3. Curiosity management

curious roy
Creative Commons License photo credit: fazen

Not all, but some HSPs are high sensation seekers. They look forward to know and experience many things, curious about things, and having problem with focus. If you got the same problem, do remember this quote…

We have to keep in mind that what really satisfies us (and keeps the cat alive and purring) is not curiosity, but interests that match not only our abilities, but have meaning as well.
~Barrie S. Jaeger (Making Work Work)

Visibility is really about loving yourselves, part of the “seed” stage of our growth. But the “sprout” stage is really about making boundaries.

The better we are at managing our boundaries and taking better care of ourselves, the greater our chances of staying away from Drudgery and moving into Craft and Calling.
~Barrie S. Jaeger (Making Work Work)

If you really want to grow from Drudgery into Calling, then we need to grow, and to grow we need boundaries.
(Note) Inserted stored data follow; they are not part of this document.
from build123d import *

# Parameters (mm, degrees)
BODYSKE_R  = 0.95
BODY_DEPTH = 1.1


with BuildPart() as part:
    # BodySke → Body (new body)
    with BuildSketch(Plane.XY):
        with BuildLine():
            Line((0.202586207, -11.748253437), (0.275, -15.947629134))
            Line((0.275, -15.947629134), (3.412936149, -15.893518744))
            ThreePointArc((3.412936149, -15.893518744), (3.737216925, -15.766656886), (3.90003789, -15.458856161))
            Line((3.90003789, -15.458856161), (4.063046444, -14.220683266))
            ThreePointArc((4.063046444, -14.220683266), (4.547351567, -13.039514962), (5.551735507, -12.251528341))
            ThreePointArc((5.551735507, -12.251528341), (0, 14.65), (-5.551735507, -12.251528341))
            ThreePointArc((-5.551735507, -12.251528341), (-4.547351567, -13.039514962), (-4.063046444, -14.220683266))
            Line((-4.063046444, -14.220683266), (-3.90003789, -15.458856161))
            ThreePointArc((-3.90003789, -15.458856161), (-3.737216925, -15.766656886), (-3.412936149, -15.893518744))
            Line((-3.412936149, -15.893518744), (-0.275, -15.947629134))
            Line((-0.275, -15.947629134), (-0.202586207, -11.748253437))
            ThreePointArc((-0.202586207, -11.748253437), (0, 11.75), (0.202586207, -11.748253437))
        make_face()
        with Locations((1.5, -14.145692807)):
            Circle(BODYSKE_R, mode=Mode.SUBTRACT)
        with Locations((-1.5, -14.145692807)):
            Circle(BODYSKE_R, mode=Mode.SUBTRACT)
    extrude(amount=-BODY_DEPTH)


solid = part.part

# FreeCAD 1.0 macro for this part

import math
import FreeCAD as App
import Part
import Sketcher

V = App.Vector
Q = App.Units.Quantity

doc = App.newDocument("Part")
body = doc.addObject("PartDesign::Body", "Body")

# Sketch on XY plane
sketch1 = doc.addObject("Sketcher::SketchObject", "Sketch")
body.addObject(sketch1)
sketch1.AttachmentSupport = (doc.XY_Plane, [""])
sketch1.MapMode = "FlatFace"
sketch1.addGeometry([
    Part.LineSegment(V(0.2, -11.75, 0), V(0.28, -15.95, 0)),  # 0
    Part.LineSegment(V(0.28, -15.95, 0), V(3.41, -15.89, 0)),  # 1
    Part.ArcOfCircle(Part.Circle(V(3.4, -15.39, 0), V(0, 0, 1), 0.5), math.radians(-89), math.radians(-7)),  # 2
    Part.LineSegment(V(3.9, -15.46, 0), V(4.06, -14.22, 0)),  # 3
    Part.ArcOfCircle(Part.Circle(V(6.54, -14.55, 0), V(0, 0, 1), 2.5), math.radians(113), math.radians(173)),  # 4
    Part.ArcOfCircle(Part.Circle(V(0, 0.63, 0), V(0, 0, 1), 14.02), math.radians(-67), math.radians(247)),  # 5
    Part.ArcOfCircle(Part.Circle(V(-6.54, -14.55, 0), V(0, 0, 1), 2.5), math.radians(7), math.radians(67)),  # 6
    Part.LineSegment(V(-4.06, -14.22, 0), V(-3.9, -15.46, 0)),  # 7
    Part.ArcOfCircle(Part.Circle(V(-3.4, -15.39, 0), V(0, 0, 1), 0.5), math.radians(-173), math.radians(-91)),  # 8
    Part.LineSegment(V(-3.41, -15.89, 0), V(-0.28, -15.95, 0)),  # 9
    Part.LineSegment(V(-0.28, -15.95, 0), V(-0.2, -11.75, 0)),  # 10
    Part.ArcOfCircle(Part.Circle(V(0, 0, 0), V(0, 0, 1), 11.75), math.radians(-89), math.radians(269)),  # 11
    Part.Circle(V(-1.5, -14.15, 0), V(0, 0, 1), 0.95),  # 12
    Part.Circle(V(1.5, -14.15, 0), V(0, 0, 1), 0.95),  # 13
], False)
sketch1.addConstraint([
    Sketcher.Constraint("Coincident", 0, 2, 1, 1),
    Sketcher.Constraint("Tangent", 1, 2, 2, 1),
    Sketcher.Constraint("Tangent", 2, 2, 3, 1),
    Sketcher.Constraint("Tangent", 3, 2, 4, 2),
    Sketcher.Constraint("Tangent", 4, 1, 5, 1),
    Sketcher.Constraint("Tangent", 5, 2, 6, 2),
    Sketcher.Constraint("Tangent", 6, 1, 7, 1),
    Sketcher.Constraint("Tangent", 7, 2, 8, 1),
    Sketcher.Constraint("Tangent", 8, 2, 9, 1),
    Sketcher.Constraint("Coincident", 9, 2, 10, 1),
    Sketcher.Constraint("Coincident", 10, 2, 11, 2),
    Sketcher.Constraint("Coincident", 11, 1, 0, 1),
    Sketcher.Constraint("Coincident", 11, 3, -1, 1),
    Sketcher.Constraint("Equal", 4, 6),
    Sketcher.Constraint("Equal", 2, 8),
    Sketcher.Constraint("Equal", 12, 13),
    Sketcher.Constraint("Symmetric", 4, 3, 6, 3, -2),
    Sketcher.Constraint("Symmetric", 2, 3, 8, 3, -2),
    Sketcher.Constraint("Symmetric", 12, 3, 13, 3, -2),
    Sketcher.Constraint("Symmetric", 0, 2, 9, 2, -2),
    Sketcher.Constraint("Perpendicular", 0, 1),
    Sketcher.Constraint("Perpendicular", 9, 10),
    Sketcher.Constraint("Diameter", 12, 1.9),
    Sketcher.Constraint("Radius", 2, 0.5),
    Sketcher.Constraint("Radius", 11, 11.75),
    Sketcher.Constraint("Angle", 3, Q("82.5 deg")),
    Sketcher.Constraint("DistanceX", 12, 3, 13, 3, 3.0),
    Sketcher.Constraint("Distance", 0, 4.2),
    Sketcher.Constraint("DistanceX", 9, 2, 0, 2, 0.55),
    Sketcher.Constraint("Radius", 4, 2.499644),
    Sketcher.Constraint("Radius", 5, 14.023627),
    Sketcher.Constraint("DistanceY", 8, 3, 12, 3, 1.2479),
    Sketcher.Constraint("DistanceX", 1, 2, 2, 2, 0.487102),
    Sketcher.Constraint("DistanceX", 1, 2, 4, 1, 2.138799),
    Sketcher.Constraint("DistanceY", 0, 2, 5, 2, 3.696101),
])
pad1 = doc.addObject("PartDesign::Pad", "Pad")
body.addObject(pad1)
pad1.Profile = sketch1
pad1.Length = 1.1
pad1.Reversed = True

doc.recompute()
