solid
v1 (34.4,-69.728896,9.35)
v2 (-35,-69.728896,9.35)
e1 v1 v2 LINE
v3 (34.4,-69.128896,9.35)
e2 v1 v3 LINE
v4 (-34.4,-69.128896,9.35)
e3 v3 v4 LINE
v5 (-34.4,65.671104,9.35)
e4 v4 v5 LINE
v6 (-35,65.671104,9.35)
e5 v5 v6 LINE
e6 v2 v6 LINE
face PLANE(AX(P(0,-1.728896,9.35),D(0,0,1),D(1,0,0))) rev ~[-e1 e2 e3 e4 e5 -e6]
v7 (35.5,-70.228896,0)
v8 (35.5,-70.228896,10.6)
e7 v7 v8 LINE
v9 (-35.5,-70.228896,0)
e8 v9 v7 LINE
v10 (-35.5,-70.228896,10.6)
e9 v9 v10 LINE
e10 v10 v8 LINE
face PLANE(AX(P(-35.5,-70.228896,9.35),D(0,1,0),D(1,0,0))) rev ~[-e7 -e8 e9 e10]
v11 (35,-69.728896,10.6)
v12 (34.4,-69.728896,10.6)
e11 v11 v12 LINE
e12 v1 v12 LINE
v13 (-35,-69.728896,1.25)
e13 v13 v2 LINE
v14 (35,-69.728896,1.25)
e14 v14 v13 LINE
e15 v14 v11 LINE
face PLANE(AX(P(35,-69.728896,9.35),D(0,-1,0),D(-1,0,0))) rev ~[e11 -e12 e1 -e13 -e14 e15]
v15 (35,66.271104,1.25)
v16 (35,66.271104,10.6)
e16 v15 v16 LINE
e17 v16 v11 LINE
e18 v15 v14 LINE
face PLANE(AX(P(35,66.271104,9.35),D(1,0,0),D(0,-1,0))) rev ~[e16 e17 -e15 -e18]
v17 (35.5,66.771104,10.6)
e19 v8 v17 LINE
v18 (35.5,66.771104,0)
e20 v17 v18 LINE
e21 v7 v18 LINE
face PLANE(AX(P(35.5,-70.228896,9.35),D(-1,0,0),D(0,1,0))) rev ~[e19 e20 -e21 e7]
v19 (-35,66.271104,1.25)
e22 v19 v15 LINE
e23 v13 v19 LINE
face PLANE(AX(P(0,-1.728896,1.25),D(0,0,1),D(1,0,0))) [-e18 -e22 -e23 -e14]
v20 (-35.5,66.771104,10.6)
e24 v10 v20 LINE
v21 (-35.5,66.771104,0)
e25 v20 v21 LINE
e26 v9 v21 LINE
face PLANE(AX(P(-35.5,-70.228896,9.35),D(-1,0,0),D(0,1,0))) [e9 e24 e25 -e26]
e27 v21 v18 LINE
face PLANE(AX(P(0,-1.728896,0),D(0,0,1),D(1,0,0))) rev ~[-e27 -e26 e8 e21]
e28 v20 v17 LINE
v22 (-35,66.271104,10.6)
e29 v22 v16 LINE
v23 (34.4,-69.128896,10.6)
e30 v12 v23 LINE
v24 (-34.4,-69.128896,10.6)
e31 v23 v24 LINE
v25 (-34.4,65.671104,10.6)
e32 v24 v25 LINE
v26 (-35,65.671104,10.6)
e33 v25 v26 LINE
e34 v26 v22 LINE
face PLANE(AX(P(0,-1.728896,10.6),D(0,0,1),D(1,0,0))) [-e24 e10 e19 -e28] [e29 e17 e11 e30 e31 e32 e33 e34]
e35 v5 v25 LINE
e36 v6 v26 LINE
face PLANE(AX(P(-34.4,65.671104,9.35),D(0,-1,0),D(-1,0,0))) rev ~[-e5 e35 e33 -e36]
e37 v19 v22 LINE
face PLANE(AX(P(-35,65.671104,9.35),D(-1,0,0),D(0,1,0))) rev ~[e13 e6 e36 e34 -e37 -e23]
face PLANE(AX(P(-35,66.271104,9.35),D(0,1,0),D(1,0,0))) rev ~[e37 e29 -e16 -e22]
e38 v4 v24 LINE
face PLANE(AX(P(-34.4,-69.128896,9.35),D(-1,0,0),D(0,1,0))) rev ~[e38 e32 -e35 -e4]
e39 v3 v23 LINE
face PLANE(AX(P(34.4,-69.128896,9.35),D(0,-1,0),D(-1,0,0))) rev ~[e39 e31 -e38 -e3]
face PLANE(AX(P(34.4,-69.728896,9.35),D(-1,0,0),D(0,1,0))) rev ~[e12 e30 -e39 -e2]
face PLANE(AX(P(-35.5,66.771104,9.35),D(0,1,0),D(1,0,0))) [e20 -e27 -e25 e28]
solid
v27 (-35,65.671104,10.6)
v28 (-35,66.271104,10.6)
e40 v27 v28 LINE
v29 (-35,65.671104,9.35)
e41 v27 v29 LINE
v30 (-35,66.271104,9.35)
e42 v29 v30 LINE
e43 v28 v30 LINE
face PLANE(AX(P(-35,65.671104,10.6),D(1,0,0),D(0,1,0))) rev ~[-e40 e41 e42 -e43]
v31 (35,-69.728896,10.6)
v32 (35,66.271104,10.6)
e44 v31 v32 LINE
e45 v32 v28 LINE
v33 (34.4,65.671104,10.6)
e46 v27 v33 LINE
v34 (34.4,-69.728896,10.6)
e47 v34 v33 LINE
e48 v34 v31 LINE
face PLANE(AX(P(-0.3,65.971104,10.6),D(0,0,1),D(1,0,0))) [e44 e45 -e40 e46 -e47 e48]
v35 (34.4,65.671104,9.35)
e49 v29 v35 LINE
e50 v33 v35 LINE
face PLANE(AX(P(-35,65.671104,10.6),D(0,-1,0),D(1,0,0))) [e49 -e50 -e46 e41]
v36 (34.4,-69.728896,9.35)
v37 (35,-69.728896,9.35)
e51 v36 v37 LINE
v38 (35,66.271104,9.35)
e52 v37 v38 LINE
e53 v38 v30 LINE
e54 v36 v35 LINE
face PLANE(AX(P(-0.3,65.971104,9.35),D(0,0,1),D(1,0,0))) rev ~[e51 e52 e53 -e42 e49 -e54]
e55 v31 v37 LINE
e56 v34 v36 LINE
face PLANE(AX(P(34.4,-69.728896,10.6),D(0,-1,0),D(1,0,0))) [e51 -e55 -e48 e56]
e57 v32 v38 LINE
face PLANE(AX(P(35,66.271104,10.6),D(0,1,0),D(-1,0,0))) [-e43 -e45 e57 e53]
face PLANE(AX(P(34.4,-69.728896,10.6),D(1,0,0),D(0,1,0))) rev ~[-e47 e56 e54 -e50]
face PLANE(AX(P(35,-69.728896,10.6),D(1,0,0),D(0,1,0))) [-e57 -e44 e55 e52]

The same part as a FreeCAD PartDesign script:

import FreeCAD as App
import Part
import Sketcher
from FreeCAD import Vector


def add_polygon(sketch, points):
    """Adds a closed chain of lines whose ends are joined by coincident constraints."""
    first, n = sketch.GeometryCount, len(points)
    for a, b in zip(points, points[1:] + points[:1]):
        sketch.addGeometry(Part.LineSegment(App.Vector(*a, 0), App.Vector(*b, 0)), False)
    for i in range(n):
        sketch.addConstraint(Sketcher.Constraint("Coincident", first + i, 2, first + (i + 1) % n, 1))

doc = App.newDocument("Part")
body = doc.addObject("PartDesign::Body", "Body")

sketch1 = body.newObject("Sketcher::SketchObject", "Sketch")
sketch1.AttachmentSupport = (doc.getObject("XY_Plane"), [""])
sketch1.MapMode = "FlatFace"
add_polygon(sketch1, [(-35.5, 66.771104), (-35.5, -70.228896), (35.5, -70.228896), (35.5, 66.771104)])
sketch1.addConstraint(Sketcher.Constraint("Vertical", 0))
sketch1.addConstraint(Sketcher.Constraint("Horizontal", 1))
sketch1.addConstraint(Sketcher.Constraint("Vertical", 2))
sketch1.addConstraint(Sketcher.Constraint("Horizontal", 3))
sketch1.addConstraint(Sketcher.Constraint("DistanceX", 1, 1, 1, 2, 71.0))
sketch1.addConstraint(Sketcher.Constraint("DistanceY", 0, 2, 0, 1, 137.0))
sketch1.addConstraint(Sketcher.Constraint("DistanceX", 0, 2, -1, 1, 35.5))
sketch1.addConstraint(Sketcher.Constraint("DistanceY", 0, 2, -1, 1, 70.228896))
pad1 = body.newObject("PartDesign::Pad", "Pad")
pad1.Profile = sketch1
pad1.Length = 1.25

sketch2 = body.newObject("Sketcher::SketchObject", "Sketch001")
sketch2.AttachmentSupport = (doc.getObject("XY_Plane"), [""])
sketch2.MapMode = "FlatFace"
sketch2.AttachmentOffset = App.Placement(Vector(0, 0, 1.25), App.Rotation())
add_polygon(sketch2, [(-35.5, 66.771104), (-35.5, -70.228896), (35.5, -70.228896), (35.5, 66.771104)])
add_polygon(sketch2, [(35, -69.728896), (-35, -69.728896), (-35, 66.271104), (35, 66.271104)])
sketch2.addConstraint(Sketcher.Constraint("Vertical", 0))
sketch2.addConstraint(Sketcher.Constraint("Horizontal", 1))
sketch2.addConstraint(Sketcher.Constraint("Vertical", 2))
sketch2.addConstraint(Sketcher.Constraint("Horizontal", 3))
sketch2.addConstraint(Sketcher.Constraint("Horizontal", 4))
sketch2.addConstraint(Sketcher.Constraint("Vertical", 5))
sketch2.addConstraint(Sketcher.Constraint("Horizontal", 6))
sketch2.addConstraint(Sketcher.Constraint("Vertical", 7))
sketch2.addConstraint(Sketcher.Constraint("DistanceX", 1, 1, 1, 2, 71.0))
sketch2.addConstraint(Sketcher.Constraint("DistanceX", 4, 2, 4, 1, 70.0))
sketch2.addConstraint(Sketcher.Constraint("DistanceY", 0, 2, 0, 1, 137.0))
sketch2.addConstraint(Sketcher.Constraint("DistanceY", 5, 1, 5, 2, 136.0))
sketch2.addConstraint(Sketcher.Constraint("DistanceX", 4, 2, -1, 1, 35.0))
sketch2.addConstraint(Sketcher.Constraint("DistanceX", 0, 2, -1, 1, 35.5))
sketch2.addConstraint(Sketcher.Constraint("DistanceY", 0, 2, 4, 2, 0.5))
sketch2.addConstraint(Sketcher.Constraint("DistanceY", 0, 2, -1, 1, 70.228896))
pad2 = body.newObject("PartDesign::Pad", "Pad001")
pad2.Profile = sketch2
pad2.Length = 8.1

sketch3 = body.newObject("Sketcher::SketchObject", "Sketch002")
sketch3.AttachmentSupport = (doc.getObject("XY_Plane"), [""])
sketch3.MapMode = "FlatFace"
sketch3.AttachmentOffset = App.Placement(Vector(0, 0, 9.35), App.Rotation())
add_polygon(sketch3, [(-35.5, 66.771104), (-35.5, -70.228896), (35.5, -70.228896), (35.5, 66.771104)])
add_polygon(sketch3, [(-35, 65.671104), (-35, 66.271104), (35, 66.271104), (35, -69.728896), (34.4, -69.728896), (34.4, -69.128896), (-34.4, -69.128896), (-34.4, 65.671104)])
sketch3.addConstraint(Sketcher.Constraint("Vertical", 0))
sketch3.addConstraint(Sketcher.Constraint("Horizontal", 1))
sketch3.addConstraint(Sketcher.Constraint("Vertical", 2))
sketch3.addConstraint(Sketcher.Constraint("Horizontal", 3))
sketch3.addConstraint(Sketcher.Constraint("Vertical", 4))
sketch3.addConstraint(Sketcher.Constraint("Horizontal", 5))
sketch3.addConstraint(Sketcher.Constraint("Vertical", 6))
sketch3.addConstraint(Sketcher.Constraint("Horizontal", 7))
sketch3.addConstraint(Sketcher.Constraint("Vertical", 8))
sketch3.addConstraint(Sketcher.Constraint("Horizontal", 9))
sketch3.addConstraint(Sketcher.Constraint("Vertical", 10))
sketch3.addConstraint(Sketcher.Constraint("Horizontal", 11))
sketch3.addConstraint(Sketcher.Constraint("Equal", 7, 11))
sketch3.addConstraint(Sketcher.Constraint("Equal", 11, 4))
sketch3.addConstraint(Sketcher.Constraint("Equal", 4, 8))
sketch3.addConstraint(Sketcher.Constraint("DistanceX", 1, 1, 1, 2, 71.0))
sketch3.addConstraint(Sketcher.Constraint("DistanceX", 5, 1, 5, 2, 70.0))
sketch3.addConstraint(Sketcher.Constraint("DistanceY", 0, 2, 0, 1, 137.0))
sketch3.addConstraint(Sketcher.Constraint("DistanceY", 6, 2, 6, 1, 136.0))
sketch3.addConstraint(Sketcher.Constraint("DistanceX", 7, 2, 7, 1, 0.6))
sketch3.addConstraint(Sketcher.Constraint("DistanceX", 4, 2, -1, 1, 35.0))
sketch3.addConstraint(Sketcher.Constraint("DistanceX", 0, 2, -1, 1, 35.5))
sketch3.addConstraint(Sketcher.Constraint("DistanceY", 4, 2, 3, 2, 0.5))
sketch3.addConstraint(Sketcher.Constraint("DistanceY", 0, 2, -1, 1, 70.228896))
pad3 = body.newObject("PartDesign::Pad", "Pad002")
pad3.Profile = sketch3
pad3.Length = 1.25
body2 = doc.addObject("PartDesign::Body", "Body001")

sketch4 = body2.newObject("Sketcher::SketchObject", "Sketch003")
sketch4.AttachmentSupport = (doc.getObject("XY_Plane001"), [""])
sketch4.MapMode = "FlatFace"
sketch4.AttachmentOffset = App.Placement(Vector(0, 0, 10.6), App.Rotation())
add_polygon(sketch4, [(-35, 66.271104), (-35, 65.671104), (34.4, 65.671104), (34.4, -69.728896), (35, -69.728896), (35, 66.271104)])
sketch4.addConstraint(Sketcher.Constraint("Vertical", 0))
sketch4.addConstraint(Sketcher.Constraint("Horizontal", 1))
sketch4.addConstraint(Sketcher.Constraint("Vertical", 2))
sketch4.addConstraint(Sketcher.Constraint("Horizontal", 3))
sketch4.addConstraint(Sketcher.Constraint("Vertical", 4))
sketch4.addConstraint(Sketcher.Constraint("Horizontal", 5))
sketch4.addConstraint(Sketcher.Constraint("Equal", 3, 0))
sketch4.addConstraint(Sketcher.Constraint("DistanceX", 5, 2, 5, 1, 70.0))
sketch4.addConstraint(Sketcher.Constraint("DistanceY", 4, 1, 4, 2, 136.0))
sketch4.addConstraint(Sketcher.Constraint("DistanceX", 1, 1, 1, 2, 69.4))
sketch4.addConstraint(Sketcher.Constraint("DistanceX", 0, 2, -1, 1, 35.0))
sketch4.addConstraint(Sketcher.Constraint("DistanceY", -1, 1, 0, 2, 65.671104))
pad4 = body2.newObject("PartDesign::Pad", "Pad003")
pad4.Profile = sketch4
pad4.Length = 1.25
pad4.Reversed = True

doc.recompute()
If you want to get more insights on boundary, check out the book Changes That Heals, and the articles I have written, inspired by that book.

4. Career management

On the question whether to pursue talent or passion, Barrie shared that often our interests come and go too easily and it’s important to add another point to the equation, and that is value!

Traditional career counselling techniques which emphasize matching clients’ abilities and interests with job characteristics may be of little use to the young gifted adult. Instead, an approach based on identifying the most deeply held values, and planning life goals which actualize those values, may be the treatment of choice. Career development then becomes the search for meaning rather than the search for job.
~Dr. Barbara Kerr

This might be also the reasons why HSP pretty unstable in one job, and finding themselves hopping between jobs often. HSPs are talented, and it’s important to see why and how we can control them.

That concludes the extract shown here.